Secure VPS Setup
A production-ready VPS security configuration with Tailscale-only SSH access and CrowdSec intrusion prevention.
Overview
This guide configures three security layers:
| Layer | Protection |
|---|---|
| SSH | Tailscale only (invisible to internet) |
| Firewall | firewalld with DROP policy |
| IPS | CrowdSec with community blocklists |
Prerequisites
- Fresh Ubuntu 24.04 VPS
- Tailscale account
- Initial SSH access via public IP (temporary)
- Cloudflare account for HTTPS termination
Step 1: Initial System Hardening
Before anything else, enable automatic security updates and time sync:
# Automatic security updates
apt update && apt install -y unattended-upgrades
dpkg-reconfigure -plow unattended-upgrades
# Verify time sync (enabled by default on Ubuntu 24.04)
timedatectl set-ntp true
timedatectl status
# Basic kernel hardening
cat > /etc/sysctl.d/99-security.conf << 'EOF'
# SYN flood protection
net.ipv4.tcp_syncookies = 1
# Reverse path filtering (anti-spoofing)
net.ipv4.conf.all.rp_filter = 1
net.ipv4.conf.default.rp_filter = 1
# Disable ICMP redirects
net.ipv4.conf.all.accept_redirects = 0
net.ipv4.conf.all.send_redirects = 0
net.ipv6.conf.all.accept_redirects = 0
# Ignore ICMP broadcasts
net.ipv4.icmp_echo_ignore_broadcasts = 1
EOF
sysctl --system
Step 2: Install Tailscale
Important: Use the official repository, NOT the Snap package (has AppArmor issues with Tailscale SSH on Ubuntu 24.04).

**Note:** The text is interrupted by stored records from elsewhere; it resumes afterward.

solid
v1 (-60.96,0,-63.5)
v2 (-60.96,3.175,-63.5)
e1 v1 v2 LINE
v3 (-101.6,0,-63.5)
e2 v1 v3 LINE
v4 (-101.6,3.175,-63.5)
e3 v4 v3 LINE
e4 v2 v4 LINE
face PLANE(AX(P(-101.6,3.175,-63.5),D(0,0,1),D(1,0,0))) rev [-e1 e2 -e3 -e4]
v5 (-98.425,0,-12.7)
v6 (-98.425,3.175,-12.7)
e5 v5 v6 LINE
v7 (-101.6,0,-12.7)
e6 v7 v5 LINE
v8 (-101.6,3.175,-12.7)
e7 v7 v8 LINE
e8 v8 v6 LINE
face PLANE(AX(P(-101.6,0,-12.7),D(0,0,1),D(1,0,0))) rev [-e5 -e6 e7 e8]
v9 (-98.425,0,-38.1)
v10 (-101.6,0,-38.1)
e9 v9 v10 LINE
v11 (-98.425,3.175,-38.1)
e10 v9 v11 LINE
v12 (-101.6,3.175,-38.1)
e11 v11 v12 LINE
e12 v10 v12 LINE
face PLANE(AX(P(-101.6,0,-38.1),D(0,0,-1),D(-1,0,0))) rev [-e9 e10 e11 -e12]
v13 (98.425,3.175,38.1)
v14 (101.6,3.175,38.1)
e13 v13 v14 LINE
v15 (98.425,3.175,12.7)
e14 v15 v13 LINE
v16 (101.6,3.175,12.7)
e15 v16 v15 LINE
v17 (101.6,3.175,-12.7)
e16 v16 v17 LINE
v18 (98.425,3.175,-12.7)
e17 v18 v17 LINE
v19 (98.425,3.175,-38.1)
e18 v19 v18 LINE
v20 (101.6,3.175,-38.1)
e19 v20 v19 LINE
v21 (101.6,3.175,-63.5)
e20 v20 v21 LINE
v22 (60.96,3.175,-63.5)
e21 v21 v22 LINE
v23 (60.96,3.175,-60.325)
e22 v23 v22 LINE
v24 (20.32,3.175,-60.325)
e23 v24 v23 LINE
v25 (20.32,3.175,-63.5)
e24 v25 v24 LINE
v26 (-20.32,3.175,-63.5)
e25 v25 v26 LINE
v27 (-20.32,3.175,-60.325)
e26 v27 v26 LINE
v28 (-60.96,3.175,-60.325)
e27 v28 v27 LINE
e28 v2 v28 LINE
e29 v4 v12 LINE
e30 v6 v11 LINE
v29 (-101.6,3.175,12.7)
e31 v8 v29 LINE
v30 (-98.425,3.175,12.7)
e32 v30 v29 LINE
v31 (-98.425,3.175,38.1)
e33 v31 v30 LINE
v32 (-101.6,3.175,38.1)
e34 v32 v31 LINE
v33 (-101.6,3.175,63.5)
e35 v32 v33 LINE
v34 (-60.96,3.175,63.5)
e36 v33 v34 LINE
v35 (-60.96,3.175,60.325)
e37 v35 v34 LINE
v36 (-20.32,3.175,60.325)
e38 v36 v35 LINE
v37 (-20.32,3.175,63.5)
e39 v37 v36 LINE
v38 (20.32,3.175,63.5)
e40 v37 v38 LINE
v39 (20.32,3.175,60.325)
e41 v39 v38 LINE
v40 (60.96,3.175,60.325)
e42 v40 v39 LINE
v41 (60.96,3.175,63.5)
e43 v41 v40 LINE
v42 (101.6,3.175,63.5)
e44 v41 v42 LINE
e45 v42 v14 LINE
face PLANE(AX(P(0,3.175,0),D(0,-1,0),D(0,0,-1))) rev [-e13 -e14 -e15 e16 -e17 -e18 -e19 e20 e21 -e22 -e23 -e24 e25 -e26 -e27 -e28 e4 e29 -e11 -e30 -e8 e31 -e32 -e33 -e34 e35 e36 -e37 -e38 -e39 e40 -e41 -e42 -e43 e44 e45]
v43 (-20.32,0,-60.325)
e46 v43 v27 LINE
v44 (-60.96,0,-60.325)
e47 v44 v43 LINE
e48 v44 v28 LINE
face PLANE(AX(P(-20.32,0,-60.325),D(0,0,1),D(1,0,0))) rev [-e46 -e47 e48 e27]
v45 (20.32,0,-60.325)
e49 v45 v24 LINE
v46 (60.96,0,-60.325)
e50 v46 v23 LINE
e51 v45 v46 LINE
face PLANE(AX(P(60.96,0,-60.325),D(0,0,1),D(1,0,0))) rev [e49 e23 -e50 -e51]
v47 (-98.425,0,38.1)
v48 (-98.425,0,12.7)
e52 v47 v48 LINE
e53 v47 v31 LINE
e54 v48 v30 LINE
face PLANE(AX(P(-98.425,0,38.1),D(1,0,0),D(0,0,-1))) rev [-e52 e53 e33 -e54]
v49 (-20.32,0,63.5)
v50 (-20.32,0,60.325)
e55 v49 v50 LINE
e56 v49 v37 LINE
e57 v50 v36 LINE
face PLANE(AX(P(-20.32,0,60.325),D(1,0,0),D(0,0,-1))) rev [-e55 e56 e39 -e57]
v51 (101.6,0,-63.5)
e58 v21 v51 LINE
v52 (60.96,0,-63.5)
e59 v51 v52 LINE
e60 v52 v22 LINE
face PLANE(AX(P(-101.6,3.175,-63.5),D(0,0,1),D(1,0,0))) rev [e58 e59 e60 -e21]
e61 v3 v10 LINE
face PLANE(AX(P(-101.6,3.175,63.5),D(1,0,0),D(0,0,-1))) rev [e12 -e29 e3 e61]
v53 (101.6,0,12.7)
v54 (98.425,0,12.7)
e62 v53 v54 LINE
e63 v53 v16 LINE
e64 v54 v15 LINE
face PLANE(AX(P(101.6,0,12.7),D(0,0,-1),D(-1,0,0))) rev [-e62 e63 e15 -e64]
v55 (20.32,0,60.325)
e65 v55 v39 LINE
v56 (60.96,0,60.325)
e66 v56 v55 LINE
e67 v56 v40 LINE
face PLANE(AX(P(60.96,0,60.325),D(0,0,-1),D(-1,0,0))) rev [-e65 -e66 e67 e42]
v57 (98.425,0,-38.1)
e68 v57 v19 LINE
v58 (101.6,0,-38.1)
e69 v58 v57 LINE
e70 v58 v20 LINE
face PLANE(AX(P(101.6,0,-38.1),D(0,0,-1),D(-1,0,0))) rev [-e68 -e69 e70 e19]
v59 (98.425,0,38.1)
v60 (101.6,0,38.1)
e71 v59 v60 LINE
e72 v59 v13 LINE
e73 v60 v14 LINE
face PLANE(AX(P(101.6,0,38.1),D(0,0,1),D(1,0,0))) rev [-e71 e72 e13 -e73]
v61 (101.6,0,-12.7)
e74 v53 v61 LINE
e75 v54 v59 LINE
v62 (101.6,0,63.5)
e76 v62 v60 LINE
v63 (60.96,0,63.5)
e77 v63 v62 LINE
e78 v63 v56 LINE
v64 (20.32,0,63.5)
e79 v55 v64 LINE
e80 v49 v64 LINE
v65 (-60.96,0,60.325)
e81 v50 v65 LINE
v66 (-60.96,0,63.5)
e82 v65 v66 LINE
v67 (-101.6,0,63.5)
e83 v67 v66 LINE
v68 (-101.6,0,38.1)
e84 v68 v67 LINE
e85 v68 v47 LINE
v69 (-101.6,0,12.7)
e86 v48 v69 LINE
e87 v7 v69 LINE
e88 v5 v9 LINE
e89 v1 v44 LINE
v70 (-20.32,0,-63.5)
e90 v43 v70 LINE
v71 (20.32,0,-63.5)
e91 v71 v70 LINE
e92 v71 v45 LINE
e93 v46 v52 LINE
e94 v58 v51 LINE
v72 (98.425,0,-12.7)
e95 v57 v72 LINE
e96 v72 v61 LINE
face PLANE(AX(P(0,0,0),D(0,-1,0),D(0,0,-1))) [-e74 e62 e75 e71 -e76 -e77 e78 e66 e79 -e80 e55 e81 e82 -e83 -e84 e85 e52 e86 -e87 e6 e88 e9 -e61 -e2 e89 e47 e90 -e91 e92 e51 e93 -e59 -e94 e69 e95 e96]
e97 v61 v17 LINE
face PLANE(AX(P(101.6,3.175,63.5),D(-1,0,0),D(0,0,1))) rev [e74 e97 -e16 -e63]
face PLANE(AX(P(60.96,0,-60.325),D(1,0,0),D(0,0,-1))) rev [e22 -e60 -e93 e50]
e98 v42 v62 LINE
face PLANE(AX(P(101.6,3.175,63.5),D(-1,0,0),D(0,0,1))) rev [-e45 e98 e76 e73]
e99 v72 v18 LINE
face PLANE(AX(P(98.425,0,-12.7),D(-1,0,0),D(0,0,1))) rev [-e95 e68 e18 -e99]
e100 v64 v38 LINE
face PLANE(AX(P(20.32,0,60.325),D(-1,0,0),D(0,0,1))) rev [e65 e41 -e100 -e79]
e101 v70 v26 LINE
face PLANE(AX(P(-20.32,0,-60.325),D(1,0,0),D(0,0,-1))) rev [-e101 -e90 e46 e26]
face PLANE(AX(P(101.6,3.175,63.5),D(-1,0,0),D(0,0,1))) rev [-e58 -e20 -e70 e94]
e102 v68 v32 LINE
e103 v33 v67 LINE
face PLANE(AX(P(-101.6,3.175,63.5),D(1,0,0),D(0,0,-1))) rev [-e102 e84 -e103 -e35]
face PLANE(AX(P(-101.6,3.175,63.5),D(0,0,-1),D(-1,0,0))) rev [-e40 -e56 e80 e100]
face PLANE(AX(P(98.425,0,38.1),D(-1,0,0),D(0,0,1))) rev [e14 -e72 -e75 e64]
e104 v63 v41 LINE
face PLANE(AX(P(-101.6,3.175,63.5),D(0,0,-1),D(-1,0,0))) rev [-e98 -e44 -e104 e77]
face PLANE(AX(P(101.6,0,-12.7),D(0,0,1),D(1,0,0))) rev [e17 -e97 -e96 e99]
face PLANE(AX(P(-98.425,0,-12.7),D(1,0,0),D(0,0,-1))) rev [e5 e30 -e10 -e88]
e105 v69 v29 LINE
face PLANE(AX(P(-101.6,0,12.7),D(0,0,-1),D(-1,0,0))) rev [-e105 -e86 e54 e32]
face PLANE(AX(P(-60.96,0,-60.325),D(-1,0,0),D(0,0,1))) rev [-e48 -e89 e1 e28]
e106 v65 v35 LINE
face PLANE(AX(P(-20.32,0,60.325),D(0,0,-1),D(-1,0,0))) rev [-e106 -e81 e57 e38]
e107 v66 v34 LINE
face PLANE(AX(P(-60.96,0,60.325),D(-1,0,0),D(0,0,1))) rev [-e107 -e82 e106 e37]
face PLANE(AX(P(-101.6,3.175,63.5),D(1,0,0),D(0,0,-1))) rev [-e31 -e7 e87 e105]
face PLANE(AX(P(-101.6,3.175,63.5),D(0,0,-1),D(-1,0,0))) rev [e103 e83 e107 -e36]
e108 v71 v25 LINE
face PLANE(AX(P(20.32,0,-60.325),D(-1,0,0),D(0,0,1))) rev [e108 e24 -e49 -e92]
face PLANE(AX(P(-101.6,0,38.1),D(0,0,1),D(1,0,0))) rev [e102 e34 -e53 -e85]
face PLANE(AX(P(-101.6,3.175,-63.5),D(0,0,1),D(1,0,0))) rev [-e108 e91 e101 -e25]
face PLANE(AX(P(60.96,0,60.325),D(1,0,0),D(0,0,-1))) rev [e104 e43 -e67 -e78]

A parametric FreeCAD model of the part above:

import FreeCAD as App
import Part
import Sketcher

V = App.Vector
Q = App.Units.Quantity

doc = App.newDocument("Part")
params = doc.addObject("Spreadsheet::Sheet", "Params")
for row, (alias, value) in enumerate([
    ("sketch1_width", "8 in"),
    ("sketch1_height", "5 in"),
    ("pad1_length", "0.125 in"),
    ("sketch2_width", "1.6 in"),
    ("sketch2_height", "0.125 in"),
    ("pocket1_length", "0.125 in"),
    ("linearpattern_pitch", "3.2 in"),
    ("sketch3_width", "1.6 in"),
    ("sketch3_height", "0.125 in"),
    ("pocket2_length", "0.125 in"),
    ("linearpattern2_pitch", "3.2 in"),
    ("sketch4_height", "1 in"),
    ("sketch4_width", "0.125 in"),
    ("pocket3_length", "0.125 in"),
    ("linearpattern3_pitch", "2 in"),
    ("sketch5_height", "1 in"),
    ("sketch5_width", "0.125 in"),
    ("pocket4_length", "0.125 in"),
    ("linearpattern4_pitch", "2 in"),
], start=1):
    params.set(f"A{row}", alias)
    params.set(f"B{row}", "=" + value)
    params.setAlias(f"B{row}", alias)

body = doc.addObject("PartDesign::Body", "Body")

# Sketch on XZ plane
sketch1 = doc.addObject("Sketcher::SketchObject", "Sketch")
body.addObject(sketch1)
sketch1.AttachmentSupport = (doc.XZ_Plane, [""])
sketch1.MapMode = "FlatFace"
sketch1.addGeometry(Part.LineSegment(V(-102, -64, 0), V(-102, 64, 0)), False)
sketch1.addGeometry(Part.LineSegment(V(-102, 64, 0), V(102, 64, 0)), False)
sketch1.addGeometry(Part.LineSegment(V(102, 64, 0), V(102, -64, 0)), False)
sketch1.addGeometry(Part.LineSegment(V(102, -64, 0), V(-102, -64, 0)), False)
sketch1.addConstraint(Sketcher.Constraint("Coincident", 0, 2, 1, 1))
sketch1.addConstraint(Sketcher.Constraint("Coincident", 1, 2, 2, 1))
sketch1.addConstraint(Sketcher.Constraint("Coincident", 2, 2, 3, 1))
sketch1.addConstraint(Sketcher.Constraint("Coincident", 3, 2, 0, 1))
sketch1.addConstraint(Sketcher.Constraint("Vertical", 0))
sketch1.addConstraint(Sketcher.Constraint("Horizontal", 1))
sketch1.addConstraint(Sketcher.Constraint("Vertical", 2))
sketch1.addConstraint(Sketcher.Constraint("Horizontal", 3))
sketch1.addConstraint(Sketcher.Constraint("Symmetric", 0, 2, 2, 2, -1, 1))
sketch1.addConstraint(Sketcher.Constraint("DistanceX", 1, 1, 1, 2, Q("8 in")))
sketch1.addConstraint(Sketcher.Constraint("DistanceY", 0, 1, 0, 2, Q("5 in")))
sketch1.setExpression("Constraints[9]", "Params.sketch1_width")
sketch1.setExpression("Constraints[10]", "Params.sketch1_height")
pad1 = doc.addObject("PartDesign::Pad", "Pad")
body.addObject(pad1)
pad1.Profile = sketch1
pad1.setExpression("Length", "Params.pad1_length")
pad1.Reversed = True

# Sketch on XZ plane
sketch2 = doc.addObject("Sketcher::SketchObject", "Sketch001")
body.addObject(sketch2)
sketch2.AttachmentSupport = (doc.XZ_Plane, [""])
sketch2.MapMode = "FlatFace"
sketch2.AttachmentOffset = App.Placement(V(0, 0, -0.125 * 25.4), App.Rotation())
sketch2.addGeometry(Part.LineSegment(V(-61, 60.3, 0), V(-61, 63.5, 0)), False)
sketch2.addGeometry(Part.LineSegment(V(-61, 63.5, 0), V(-20.3, 63.5, 0)), False)
sketch2.addGeometry(Part.LineSegment(V(-20.3, 63.5, 0), V(-20.3, 60.3, 0)), False)
sketch2.addGeometry(Part.LineSegment(V(-20.3, 60.3, 0), V(-61, 60.3, 0)), False)
sketch2.addConstraint(Sketcher.Constraint("Coincident", 0, 2, 1, 1))
sketch2.addConstraint(Sketcher.Constraint("Coincident", 1, 2, 2, 1))
sketch2.addConstraint(Sketcher.Constraint("Coincident", 2, 2, 3, 1))
sketch2.addConstraint(Sketcher.Constraint("Coincident", 3, 2, 0, 1))
sketch2.addConstraint(Sketcher.Constraint("Vertical", 0))
sketch2.addConstraint(Sketcher.Constraint("Horizontal", 1))
sketch2.addConstraint(Sketcher.Constraint("Vertical", 2))
sketch2.addConstraint(Sketcher.Constraint("Horizontal", 3))
sketch2.addConstraint(Sketcher.Constraint("DistanceX", 1, 1, 1, 2, Q("1.6 in")))
sketch2.addConstraint(Sketcher.Constraint("DistanceX", 0, 2, -1, 1, Q("2.4 in")))
sketch2.addConstraint(Sketcher.Constraint("DistanceY", -1, 1, 0, 2, Q("2.5 in")))
sketch2.addConstraint(Sketcher.Constraint("DistanceY", 0, 1, 0, 2, Q("0.125 in")))
sketch2.setExpression("Constraints[8]", "Params.sketch2_width")
sketch2.setExpression("Constraints[11]", "Params.sketch2_height")
pocket1 = doc.addObject("PartDesign::Pocket", "Pocket")
body.addObject(pocket1)
pocket1.Profile = sketch2
pocket1.setExpression("Length", "Params.pocket1_length")
pocket1.Reversed = True
doc.recompute()

linearpattern = doc.addObject("PartDesign::LinearPattern", "LinearPattern")
body.addObject(linearpattern)
linearpattern.Originals = [pocket1]
linearpattern.Direction = (doc.X_Axis, [""])
linearpattern.Mode = "offset"
linearpattern.setExpression("Offset", "Params.linearpattern_pitch")
linearpattern.Occurrences = 2
body.Tip = linearpattern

# Add official Tailscale repository
curl -fsSL https://pkgs.tailscale.com/stable/ubuntu/noble.noarmor.gpg | \
tee /usr/share/keyrings/tailscale-archive-keyring.gpg >/dev/null
curl -fsSL https://pkgs.tailscale.com/stable/ubuntu/noble.tailscale-keyring.list | \
tee /etc/apt/sources.list.d/tailscale.list
# Install
apt update
apt install -y tailscale
Step 3: Connect Tailscale with SSH
tailscale up --ssh
This outputs an authentication URL. Open it and authenticate with your Tailscale account.
Important: After connecting, go to https://login.tailscale.com/admin/machines and disable key expiry for this server to prevent lockouts.
Step 4: Configure firewalld
# Install firewalld
apt install -y firewalld
# Enable and start
systemctl enable --now firewalld
# Trust Tailscale interface (allows all traffic from your tailnet)
firewall-cmd --permanent --zone=trusted --add-interface=tailscale0
# Allow Tailscale UDP port (WireGuard)
firewall-cmd --permanent --add-port=41641/udp
# Allow web traffic (for Gordon reverse proxy)
firewall-cmd --permanent --add-service=http
firewall-cmd --permanent --add-service=https
# Apply changes
firewall-cmd --reload
Note: Gordon's registry is proxied through port 80/443 via
gordon_domain. Port 5000 does NOT need to be exposed publicly.
Step 5: Verify Tailscale SSH Works
From another machine on your tailnet:
# Get the server's Tailscale hostname
tailscale status
# Connect from your local machine
ssh root@<tailscale-hostname>
# or
tailscale ssh root@<tailscale-hostname>
Step 6: Block Public SSH
Only proceed once Tailscale SSH is confirmed working.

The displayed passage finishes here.